The Bleekman's eyes became opaque. He shrugged.
“Doesn't he?” Arnie persisted. “Listen, Heliogabalus, you black bastard; this kid fooled around with last night. I know it. He saw it in advance and he tried to tamper with it. Was he trying to make it not happen? He was trying to halt time.”
“Perhaps,” Helio said.
“That's quite a talent,” Arnie said. “Maybe he could go back into the past, like he wants to, and maybe alter the present. You keep working with him, keep after this. Listen, has that Doreen Anderton called or stopped by this morning? I want to talk to her.”
“No.”
“You think I'm nuts? As to what I imagine about this kid and his possible abilities?”
“You are driven by rage, Mister,” the Bleekman said. “A man driven by rage may stumble, in his passion, onto truth.”
“What crap,” Arnie said, disgusted. “Can't you just say yes or no? Do you have to babble like you do?”
Helio said, “Mister, I will tell you something about Mr. Bohlen, whom you wish to injure. He is very venerable—”
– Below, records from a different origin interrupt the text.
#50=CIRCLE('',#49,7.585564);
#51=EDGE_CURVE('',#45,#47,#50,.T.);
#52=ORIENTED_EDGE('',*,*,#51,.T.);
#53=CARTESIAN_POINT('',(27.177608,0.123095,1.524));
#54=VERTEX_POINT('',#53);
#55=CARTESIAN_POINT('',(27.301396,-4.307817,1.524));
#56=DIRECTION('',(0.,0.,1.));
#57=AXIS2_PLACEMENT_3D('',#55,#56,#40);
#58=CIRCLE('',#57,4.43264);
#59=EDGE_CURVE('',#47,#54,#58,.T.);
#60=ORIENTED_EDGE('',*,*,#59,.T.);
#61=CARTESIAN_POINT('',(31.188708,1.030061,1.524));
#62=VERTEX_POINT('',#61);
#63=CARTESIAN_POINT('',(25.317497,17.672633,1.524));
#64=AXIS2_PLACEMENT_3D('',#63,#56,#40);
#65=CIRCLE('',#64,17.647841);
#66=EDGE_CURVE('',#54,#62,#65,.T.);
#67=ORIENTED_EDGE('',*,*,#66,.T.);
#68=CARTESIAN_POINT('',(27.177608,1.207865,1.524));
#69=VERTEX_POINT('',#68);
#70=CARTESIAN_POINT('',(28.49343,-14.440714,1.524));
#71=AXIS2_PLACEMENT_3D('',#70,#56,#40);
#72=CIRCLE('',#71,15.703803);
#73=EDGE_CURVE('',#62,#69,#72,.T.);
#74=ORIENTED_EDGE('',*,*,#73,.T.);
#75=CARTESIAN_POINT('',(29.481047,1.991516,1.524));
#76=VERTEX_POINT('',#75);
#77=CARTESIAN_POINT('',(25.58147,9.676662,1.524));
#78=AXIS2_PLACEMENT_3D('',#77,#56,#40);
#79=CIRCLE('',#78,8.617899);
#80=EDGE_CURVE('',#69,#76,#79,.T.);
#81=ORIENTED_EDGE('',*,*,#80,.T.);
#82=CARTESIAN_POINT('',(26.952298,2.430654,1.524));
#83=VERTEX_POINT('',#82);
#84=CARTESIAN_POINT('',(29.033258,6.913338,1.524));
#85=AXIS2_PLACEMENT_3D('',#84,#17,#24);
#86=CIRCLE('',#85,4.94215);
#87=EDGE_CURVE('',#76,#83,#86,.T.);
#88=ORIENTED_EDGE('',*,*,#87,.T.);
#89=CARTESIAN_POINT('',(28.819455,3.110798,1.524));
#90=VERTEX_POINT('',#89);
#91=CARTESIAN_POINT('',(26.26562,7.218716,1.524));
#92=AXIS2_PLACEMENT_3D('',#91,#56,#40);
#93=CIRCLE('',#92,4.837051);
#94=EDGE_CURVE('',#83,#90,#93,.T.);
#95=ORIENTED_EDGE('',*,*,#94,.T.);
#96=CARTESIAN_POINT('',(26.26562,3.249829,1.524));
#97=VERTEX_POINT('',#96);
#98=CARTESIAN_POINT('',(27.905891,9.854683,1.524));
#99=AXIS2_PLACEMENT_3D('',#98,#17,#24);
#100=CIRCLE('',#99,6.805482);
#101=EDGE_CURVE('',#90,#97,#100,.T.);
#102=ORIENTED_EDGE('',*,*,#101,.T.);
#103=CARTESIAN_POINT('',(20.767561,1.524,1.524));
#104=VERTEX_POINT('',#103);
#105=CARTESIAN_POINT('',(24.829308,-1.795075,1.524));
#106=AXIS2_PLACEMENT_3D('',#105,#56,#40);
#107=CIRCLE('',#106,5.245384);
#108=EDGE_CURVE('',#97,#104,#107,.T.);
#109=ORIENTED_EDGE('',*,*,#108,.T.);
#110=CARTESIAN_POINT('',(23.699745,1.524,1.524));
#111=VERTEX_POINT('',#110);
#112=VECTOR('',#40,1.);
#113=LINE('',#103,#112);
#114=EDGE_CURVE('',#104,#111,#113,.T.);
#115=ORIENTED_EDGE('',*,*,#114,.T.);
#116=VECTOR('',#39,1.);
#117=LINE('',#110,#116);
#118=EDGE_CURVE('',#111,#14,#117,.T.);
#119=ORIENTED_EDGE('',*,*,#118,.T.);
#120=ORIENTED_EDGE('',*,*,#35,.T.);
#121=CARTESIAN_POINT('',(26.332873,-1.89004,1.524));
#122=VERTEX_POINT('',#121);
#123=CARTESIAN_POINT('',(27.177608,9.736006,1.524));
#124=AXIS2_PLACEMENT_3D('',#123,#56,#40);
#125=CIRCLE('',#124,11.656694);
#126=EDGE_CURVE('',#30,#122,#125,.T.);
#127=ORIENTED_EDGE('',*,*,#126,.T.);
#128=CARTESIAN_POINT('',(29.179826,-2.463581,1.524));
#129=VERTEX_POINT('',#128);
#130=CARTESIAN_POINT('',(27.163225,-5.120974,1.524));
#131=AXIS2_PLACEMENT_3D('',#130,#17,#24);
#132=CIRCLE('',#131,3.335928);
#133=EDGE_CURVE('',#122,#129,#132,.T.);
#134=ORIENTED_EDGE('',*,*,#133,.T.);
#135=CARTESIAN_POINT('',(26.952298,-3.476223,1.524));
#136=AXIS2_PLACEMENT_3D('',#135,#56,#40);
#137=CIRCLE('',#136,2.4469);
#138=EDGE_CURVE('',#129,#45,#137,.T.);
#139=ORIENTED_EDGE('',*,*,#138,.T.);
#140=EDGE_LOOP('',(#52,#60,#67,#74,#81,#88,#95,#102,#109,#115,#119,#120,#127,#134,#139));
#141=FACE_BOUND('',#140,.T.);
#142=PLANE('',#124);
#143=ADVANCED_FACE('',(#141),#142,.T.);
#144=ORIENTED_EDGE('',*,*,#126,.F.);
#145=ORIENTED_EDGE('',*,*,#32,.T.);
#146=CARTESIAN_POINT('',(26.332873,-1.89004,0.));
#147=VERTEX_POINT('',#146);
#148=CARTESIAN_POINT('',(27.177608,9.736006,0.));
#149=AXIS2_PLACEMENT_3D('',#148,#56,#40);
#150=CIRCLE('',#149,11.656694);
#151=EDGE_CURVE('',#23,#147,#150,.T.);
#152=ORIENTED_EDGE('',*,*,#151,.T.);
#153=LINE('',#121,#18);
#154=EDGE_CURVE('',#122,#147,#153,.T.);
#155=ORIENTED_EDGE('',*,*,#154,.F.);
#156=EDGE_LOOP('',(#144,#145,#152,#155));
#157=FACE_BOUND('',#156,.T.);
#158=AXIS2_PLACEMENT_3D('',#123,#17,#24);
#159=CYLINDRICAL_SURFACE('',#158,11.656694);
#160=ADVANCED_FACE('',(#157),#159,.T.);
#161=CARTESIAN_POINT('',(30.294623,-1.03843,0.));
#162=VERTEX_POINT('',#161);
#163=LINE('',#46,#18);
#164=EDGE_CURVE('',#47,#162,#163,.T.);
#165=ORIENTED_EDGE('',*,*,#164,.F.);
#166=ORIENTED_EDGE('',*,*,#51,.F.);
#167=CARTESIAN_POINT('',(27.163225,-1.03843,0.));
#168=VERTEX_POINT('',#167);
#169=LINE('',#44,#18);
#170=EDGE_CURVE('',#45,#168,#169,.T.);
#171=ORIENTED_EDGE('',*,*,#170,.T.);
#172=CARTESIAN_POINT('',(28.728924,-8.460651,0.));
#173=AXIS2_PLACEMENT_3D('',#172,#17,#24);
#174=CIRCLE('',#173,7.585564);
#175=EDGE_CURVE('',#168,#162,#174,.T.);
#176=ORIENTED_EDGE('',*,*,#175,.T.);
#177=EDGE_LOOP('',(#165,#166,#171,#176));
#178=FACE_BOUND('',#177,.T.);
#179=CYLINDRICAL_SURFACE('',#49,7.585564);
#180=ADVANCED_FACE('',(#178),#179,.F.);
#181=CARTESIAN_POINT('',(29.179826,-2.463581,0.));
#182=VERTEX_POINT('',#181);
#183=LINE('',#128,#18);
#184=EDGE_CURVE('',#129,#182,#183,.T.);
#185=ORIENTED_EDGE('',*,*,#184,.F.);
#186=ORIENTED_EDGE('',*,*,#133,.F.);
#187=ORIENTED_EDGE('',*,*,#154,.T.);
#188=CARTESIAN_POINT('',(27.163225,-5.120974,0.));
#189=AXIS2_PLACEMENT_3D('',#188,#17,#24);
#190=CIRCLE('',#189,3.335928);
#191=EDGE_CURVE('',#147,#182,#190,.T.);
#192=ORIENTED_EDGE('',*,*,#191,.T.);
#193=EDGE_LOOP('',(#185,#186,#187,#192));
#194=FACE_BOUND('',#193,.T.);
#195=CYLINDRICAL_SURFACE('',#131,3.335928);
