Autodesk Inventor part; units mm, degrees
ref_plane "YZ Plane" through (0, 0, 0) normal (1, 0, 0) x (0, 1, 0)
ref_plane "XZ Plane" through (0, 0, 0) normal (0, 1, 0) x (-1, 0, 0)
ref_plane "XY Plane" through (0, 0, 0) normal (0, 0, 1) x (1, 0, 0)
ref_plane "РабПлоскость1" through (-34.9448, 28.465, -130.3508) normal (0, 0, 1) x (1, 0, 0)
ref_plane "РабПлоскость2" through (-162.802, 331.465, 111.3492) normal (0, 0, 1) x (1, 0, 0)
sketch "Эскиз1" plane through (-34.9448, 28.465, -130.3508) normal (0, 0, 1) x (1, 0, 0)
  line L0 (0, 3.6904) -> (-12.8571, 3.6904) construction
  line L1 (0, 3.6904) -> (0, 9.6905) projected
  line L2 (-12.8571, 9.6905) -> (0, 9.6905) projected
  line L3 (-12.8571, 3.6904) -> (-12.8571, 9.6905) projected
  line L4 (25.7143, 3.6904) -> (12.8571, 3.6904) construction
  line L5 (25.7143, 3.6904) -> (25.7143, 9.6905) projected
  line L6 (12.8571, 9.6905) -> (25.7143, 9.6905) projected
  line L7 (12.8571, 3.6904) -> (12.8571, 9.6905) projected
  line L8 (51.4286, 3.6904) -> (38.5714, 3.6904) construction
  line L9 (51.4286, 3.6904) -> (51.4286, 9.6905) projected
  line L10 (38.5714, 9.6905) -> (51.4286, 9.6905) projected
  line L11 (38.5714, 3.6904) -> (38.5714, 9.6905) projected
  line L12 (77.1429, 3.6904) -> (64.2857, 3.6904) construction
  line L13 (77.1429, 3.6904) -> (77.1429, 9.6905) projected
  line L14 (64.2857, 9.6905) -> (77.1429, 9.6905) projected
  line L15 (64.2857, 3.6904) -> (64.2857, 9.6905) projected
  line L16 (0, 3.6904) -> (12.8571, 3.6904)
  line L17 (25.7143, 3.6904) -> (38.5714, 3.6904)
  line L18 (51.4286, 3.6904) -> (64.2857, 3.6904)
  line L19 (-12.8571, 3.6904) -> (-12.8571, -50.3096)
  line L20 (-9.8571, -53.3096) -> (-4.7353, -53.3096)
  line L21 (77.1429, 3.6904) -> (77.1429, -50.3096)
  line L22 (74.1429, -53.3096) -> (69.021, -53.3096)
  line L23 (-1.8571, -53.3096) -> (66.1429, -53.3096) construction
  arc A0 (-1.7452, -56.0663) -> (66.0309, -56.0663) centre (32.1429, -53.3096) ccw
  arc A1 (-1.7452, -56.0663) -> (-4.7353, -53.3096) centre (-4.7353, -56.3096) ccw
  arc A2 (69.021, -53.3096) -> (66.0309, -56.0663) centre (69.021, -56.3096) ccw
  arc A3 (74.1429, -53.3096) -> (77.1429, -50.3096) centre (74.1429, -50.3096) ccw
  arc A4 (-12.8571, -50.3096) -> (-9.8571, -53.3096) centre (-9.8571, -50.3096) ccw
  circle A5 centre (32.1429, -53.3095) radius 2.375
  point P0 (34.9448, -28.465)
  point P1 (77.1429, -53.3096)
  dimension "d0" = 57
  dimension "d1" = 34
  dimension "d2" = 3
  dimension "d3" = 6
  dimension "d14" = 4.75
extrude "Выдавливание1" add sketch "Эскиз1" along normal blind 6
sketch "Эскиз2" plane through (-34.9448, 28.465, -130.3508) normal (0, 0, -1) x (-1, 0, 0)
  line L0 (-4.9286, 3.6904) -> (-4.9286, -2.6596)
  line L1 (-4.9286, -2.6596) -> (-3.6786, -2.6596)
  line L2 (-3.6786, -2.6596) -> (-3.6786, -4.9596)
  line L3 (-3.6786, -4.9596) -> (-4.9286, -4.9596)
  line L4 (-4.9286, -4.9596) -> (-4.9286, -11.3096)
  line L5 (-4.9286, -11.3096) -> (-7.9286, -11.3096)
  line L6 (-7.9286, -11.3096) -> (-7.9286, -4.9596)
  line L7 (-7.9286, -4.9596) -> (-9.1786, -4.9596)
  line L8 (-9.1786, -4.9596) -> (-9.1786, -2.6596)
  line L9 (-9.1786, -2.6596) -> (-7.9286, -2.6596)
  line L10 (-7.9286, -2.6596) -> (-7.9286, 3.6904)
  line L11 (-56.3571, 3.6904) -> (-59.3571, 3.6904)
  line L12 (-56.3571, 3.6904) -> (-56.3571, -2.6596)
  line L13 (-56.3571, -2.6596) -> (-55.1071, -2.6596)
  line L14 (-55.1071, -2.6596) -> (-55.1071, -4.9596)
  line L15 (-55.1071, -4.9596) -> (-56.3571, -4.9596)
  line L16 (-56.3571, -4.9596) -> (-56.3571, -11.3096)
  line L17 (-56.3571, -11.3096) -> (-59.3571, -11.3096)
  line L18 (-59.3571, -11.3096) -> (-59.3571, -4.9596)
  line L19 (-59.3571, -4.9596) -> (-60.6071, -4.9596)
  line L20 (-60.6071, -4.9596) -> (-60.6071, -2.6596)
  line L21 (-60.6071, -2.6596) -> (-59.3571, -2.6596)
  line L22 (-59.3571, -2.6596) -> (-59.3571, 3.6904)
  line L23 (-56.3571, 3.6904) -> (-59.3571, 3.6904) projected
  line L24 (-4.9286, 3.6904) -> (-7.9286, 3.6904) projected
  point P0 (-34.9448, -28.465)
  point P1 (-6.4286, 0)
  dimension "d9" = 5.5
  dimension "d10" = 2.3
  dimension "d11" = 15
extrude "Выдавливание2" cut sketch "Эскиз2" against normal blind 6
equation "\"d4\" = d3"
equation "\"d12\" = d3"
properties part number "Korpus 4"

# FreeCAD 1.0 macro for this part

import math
import FreeCAD as App
import Part
import Sketcher

V = App.Vector
Q = App.Units.Quantity


def add_polygon(sketch, points):
    """Adds a closed chain of lines whose ends are joined by coincident constraints."""
    first, n = sketch.GeometryCount, len(points)
    for a, b in zip(points, points[1:] + points[:1]):
        sketch.addGeometry(Part.LineSegment(App.Vector(*a, 0), App.Vector(*b, 0)), False)
    for i in range(n):
        sketch.addConstraint(Sketcher.Constraint("Coincident", first + i, 2, first + (i + 1) % n, 1))

doc = App.newDocument("Part")
body = doc.addObject("PartDesign::Body", "Body")

# Sketch on XY plane
sketch1 = body.newObject("Sketcher::SketchObject", "Sketch")
sketch1.AttachmentSupport = (doc.getObject("XY_Plane"), [""])
sketch1.MapMode = "FlatFace"
sketch1.AttachmentOffset = App.Placement(V(0, 0, -130.3508), App.Rotation())
sketch1.addGeometry([
    Part.LineSegment(V(-22.1, 32.2, 0), V(-34.9, 32.2, 0)),  # 0
    Part.LineSegment(V(-34.9, 32.2, 0), V(-34.9, 38.2, 0)),  # 1
    Part.LineSegment(V(-34.9, 38.2, 0), V(-47.8, 38.2, 0)),  # 2
    Part.LineSegment(V(-47.8, 38.2, 0), V(-47.8, -21.8, 0)),  # 3
    Part.ArcOfCircle(Part.Circle(V(-44.8, -21.8, 0), V(0, 0, 1), 3), math.radians(180), math.radians(270)),  # 4
    Part.LineSegment(V(-44.8, -24.8, 0), V(-39.7, -24.8, 0)),  # 5
    Part.ArcOfCircle(Part.Circle(V(-39.7, -27.8, 0), V(0, 0, 1), 3), math.radians(5), math.radians(90)),  # 6
    Part.ArcOfCircle(Part.Circle(V(-2.8, -24.8, 0), V(0, 0, 1), 34), math.radians(-175), math.radians(-5)),  # 7
    Part.ArcOfCircle(Part.Circle(V(34.1, -27.8, 0), V(0, 0, 1), 3), math.radians(90), math.radians(175)),  # 8
    Part.LineSegment(V(34.1, -24.8, 0), V(39.2, -24.8, 0)),  # 9
    Part.ArcOfCircle(Part.Circle(V(39.2, -21.8, 0), V(0, 0, 1), 3), math.radians(-90), math.radians(0)),  # 10
    Part.LineSegment(V(42.2, -21.8, 0), V(42.2, 38.2, 0)),  # 11
    Part.LineSegment(V(42.2, 38.2, 0), V(29.3, 38.2, 0)),  # 12
    Part.LineSegment(V(29.3, 38.2, 0), V(29.3, 32.2, 0)),  # 13
    Part.LineSegment(V(29.3, 32.2, 0), V(16.5, 32.2, 0)),  # 14
    Part.LineSegment(V(16.5, 32.2, 0), V(16.5, 38.2, 0)),  # 15
    Part.LineSegment(V(16.5, 38.2, 0), V(3.6, 38.2, 0)),  # 16
    Part.LineSegment(V(3.6, 38.2, 0), V(3.6, 32.2, 0)),  # 17
    Part.LineSegment(V(3.6, 32.2, 0), V(-9.2, 32.2, 0)),  # 18
    Part.LineSegment(V(-9.2, 32.2, 0), V(-9.2, 38.2, 0)),  # 19
    Part.LineSegment(V(-9.2, 38.2, 0), V(-22.1, 38.2, 0)),  # 20
    Part.LineSegment(V(-22.1, 38.2, 0), V(-22.1, 32.2, 0)),  # 21
    Part.Circle(V(-2.8, -24.8, 0), V(0, 0, 1), 2.4),  # 22
], False)
sketch1.addConstraint([
    Sketcher.Constraint("Coincident", 0, 2, 1, 1),
    Sketcher.Constraint("Coincident", 1, 2, 2, 1),
    Sketcher.Constraint("Coincident", 2, 2, 3, 1),
    Sketcher.Constraint("Tangent", 3, 2, 4, 1),
    Sketcher.Constraint("Tangent", 4, 2, 5, 1),
    Sketcher.Constraint("Tangent", 5, 2, 6, 2),
    Sketcher.Constraint("Tangent", 6, 1, 7, 1),
    Sketcher.Constraint("Tangent", 7, 2, 8, 2),
    Sketcher.Constraint("Tangent", 8, 1, 9, 1),
    Sketcher.Constraint("Tangent", 9, 2, 10, 1),
    Sketcher.Constraint("Tangent", 10, 2, 11, 1),
    Sketcher.Constraint("Coincident", 11, 2, 12, 1),
    Sketcher.Constraint("Coincident", 12, 2, 13, 1),
    Sketcher.Constraint("Coincident", 13, 2, 14, 1),
    Sketcher.Constraint("Coincident", 14, 2, 15, 1),
    Sketcher.Constraint("Coincident", 15, 2, 16, 1),
    Sketcher.Constraint("Coincident", 16, 2, 17, 1),
    Sketcher.Constraint("Coincident", 17, 2, 18, 1),
    Sketcher.Constraint("Coincident", 18, 2, 19, 1),
    Sketcher.Constraint("Coincident", 19, 2, 20, 1),
    Sketcher.Constraint("Coincident", 20, 2, 21, 1),
    Sketcher.Constraint("Coincident", 21, 2, 0, 1),
    Sketcher.Constraint("Horizontal", 0),
    Sketcher.Constraint("Vertical", 1),
    Sketcher.Constraint("Horizontal", 2),
    Sketcher.Constraint("Vertical", 3),
    Sketcher.Constraint("Horizontal", 5),
    Sketcher.Constraint("Horizontal", 9),
    Sketcher.Constraint("Vertical", 11),
    Sketcher.Constraint("Horizontal", 12),
    Sketcher.Constraint("Vertical", 13),
    Sketcher.Constraint("Horizontal", 14),
    Sketcher.Constraint("Vertical", 15),
    Sketcher.Constraint("Horizontal", 16),
    Sketcher.Constraint("Vertical", 17),
    Sketcher.Constraint("Horizontal", 18),
    Sketcher.Constraint("Vertical", 19),
    Sketcher.Constraint("Horizontal", 20),
    Sketcher.Constraint("Vertical", 21),
    Sketcher.Constraint("Coincident", 22, 3, 7, 3),
    Sketcher.Constraint("Equal", 4, 6),
    Sketcher.Constraint("Equal", 6, 8),
    Sketcher.Constraint("Equal", 8, 10),
    Sketcher.Constraint("Horizontal", 6, 3, 8, 3),
    Sketcher.Constraint("Horizontal", 22, 3, 4, 2),
    Sketcher.Constraint("Horizontal", 2, 2, 11, 2),
    Sketcher.Constraint("Horizontal", 0, 2, 13, 2),
    Sketcher.Constraint("Horizontal", 12, 2, 15, 2),
    Sketcher.Constraint("Horizontal", 14, 2, 17, 2),
    Sketcher.Constraint("Horizontal", 16, 2, 19, 2),
    Sketcher.Constraint("Equal", 0, 2),
    Sketcher.Constraint("Equal", 5, 9),
    Sketcher.Constraint("Equal", 2, 12),
    Sketcher.Constraint("Equal", 12, 14),
    Sketcher.Constraint("Equal", 14, 16),
    Sketcher.Constraint("Equal", 16, 18),
    Sketcher.Constraint("Equal", 18, 20),
    Sketcher.Constraint("Radius", 4, Q("3 mm")),
    Sketcher.Constraint("Radius", 7, Q("34 mm")),
    Sketcher.Constraint("Diameter", 22, Q("4.75 mm")),
    Sketcher.Constraint("DistanceY", 1, 1, 1, 2, Q("6 mm")),
    Sketcher.Constraint("DistanceY", 22, 3, 0, 2, Q("57 mm")),
    Sketcher.Constraint("DistanceX", 4, 3, 7, 3, Q("42 mm")),
    Sketcher.Constraint("DistanceX", 6, 3, -1, 1, Q("39.68 mm")),
    Sketcher.Constraint("DistanceY", 4, 3, -1, 1, Q("21.8446 mm")),
])
pad1 = body.newObject("PartDesign::Pad", "Pad")
pad1.Profile = sketch1
pad1.Length = 6

# Sketch on XY plane
sketch2 = body.newObject("Sketcher::SketchObject", "Sketch001")
sketch2.AttachmentSupport = (doc.getObject("XY_Plane"), [""])
sketch2.MapMode = "FlatFace"
sketch2.AttachmentOffset = App.Placement(V(0, 0, -130.3508), App.Rotation())
add_polygon(sketch2, [(-30, 25.8), (-30, 32.2), (-27, 32.2), (-27, 25.8), (-25.8, 25.8), (-25.8, 23.5), (-27, 23.5), (-27, 17.2), (-30, 17.2), (-30, 23.5), (-31.3, 23.5), (-31.3, 25.8)])  # lines 0-11
add_polygon(sketch2, [(21.4, 25.8), (21.4, 32.2), (24.4, 32.2), (24.4, 25.8), (25.7, 25.8), (25.7, 23.5), (24.4, 23.5), (24.4, 17.2), (21.4, 17.2), (21.4, 23.5), (20.2, 23.5), (20.2, 25.8)])  # lines 12-23
sketch2.addConstraint([
    Sketcher.Constraint("Vertical", 0),
    Sketcher.Constraint("Horizontal", 1),
    Sketcher.Constraint("Vertical", 2),
    Sketcher.Constraint("Horizontal", 3),
    Sketcher.Constraint("Vertical", 4),
    Sketcher.Constraint("Horizontal", 5),
    Sketcher.Constraint("Vertical", 6),
    Sketcher.Constraint("Horizontal", 7),
    Sketcher.Constraint("Vertical", 8),
    Sketcher.Constraint("Horizontal", 9),
    Sketcher.Constraint("Vertical", 10),
    Sketcher.Constraint("Horizontal", 11),
    Sketcher.Constraint("Vertical", 12),
    Sketcher.Constraint("Horizontal", 13),
    Sketcher.Constraint("Vertical", 14),
    Sketcher.Constraint("Horizontal", 15),
    Sketcher.Constraint("Vertical", 16),
    Sketcher.Constraint("Horizontal", 17),
    Sketcher.Constraint("Vertical", 18),
    Sketcher.Constraint("Horizontal", 19),
    Sketcher.Constraint("Vertical", 20),
    Sketcher.Constraint("Horizontal", 21),
    Sketcher.Constraint("Vertical", 22),
    Sketcher.Constraint("Horizontal", 23),
    Sketcher.Constraint("Horizontal", 5, 2, 8, 2),
    Sketcher.Constraint("Horizontal", 3, 2, 10, 2),
    Sketcher.Constraint("Horizontal", 1, 2, 12, 2),
    Sketcher.Constraint("Horizontal", 11, 2, 14, 2),
    Sketcher.Constraint("Horizontal", 9, 2, 16, 2),
    Sketcher.Constraint("Horizontal", 7, 2, 18, 2),
    Sketcher.Constraint("Horizontal", 17, 2, 20, 2),
    Sketcher.Constraint("Horizontal", 15, 2, 22, 2),
    Sketcher.Constraint("Vertical", 2, 2, 5, 2),
    Sketcher.Constraint("Vertical", 0, 2, 7, 2),
    Sketcher.Constraint("Vertical", 14, 2, 17, 2),
    Sketcher.Constraint("Vertical", 12, 2, 19, 2),
    Sketcher.Constraint("Equal", 5, 9),
    Sketcher.Constraint("Equal", 7, 13),
    Sketcher.Constraint("Equal", 11, 15),
    Sketcher.Constraint("Equal", 17, 21),
    Sketcher.Constraint("Equal", 2, 6),
    Sketcher.Constraint("DistanceY", 4, 2, 4, 1, Q("2.3 mm")),
    Sketcher.Constraint("DistanceY", 6, 2, 1, 2, Q("15 mm")),
    Sketcher.Constraint("DistanceX", 9, 2, 4, 2, Q("5.5 mm")),
    Sketcher.Constraint("DistanceX", 1, 1, 1, 2, Q("3 mm")),
    Sketcher.Constraint("DistanceX", 0, 2, -1, 1, Q("30.0162 mm")),
    Sketcher.Constraint("DistanceY", -1, 1, 0, 2, Q("32.1554 mm")),
    Sketcher.Constraint("DistanceX", -1, 1, 12, 2, Q("21.4123 mm")),
])
pocket1 = body.newObject("PartDesign::Pocket", "Pocket")
pocket1.Profile = sketch2
pocket1.Length = 6
pocket1.Reversed = True

doc.recompute()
“Vulnerable,” Arnie corrected.
“Thank you. He is frail, easily hurt. It should be easy for you to put an end to him. However, he has with him a charm, given to him by someone who loves him or perhaps by several who love him. A Bleekman water witch charm. It may guarantee him safety.”
After an interval, Arnie said, “We'll see.”
“Yes,” Helio said in a voice which Arnie had never heard him use before. “We will have to wait and see what strength still lives in such ancient items.”
“The living proof that such junk is just so much worthless crap is you yourself. That you'd rather be here, taking orders from me, serving me my food and sweeping the floor and hanging up my coat, than roaming around out on that Martian desert like you were when I found you. Out there like a dying beast, begging for water.”
“Hmm,” the Bleekman murmured. “Possibly so.”
“And keep that in mind,” Arnie said. Or you might find yourself back out there again, with your paka eggs and your arrows, stumbling along going nowhere, nowhere at all, he thought to himself. I'm doing you a big favor, letting you live here like a human.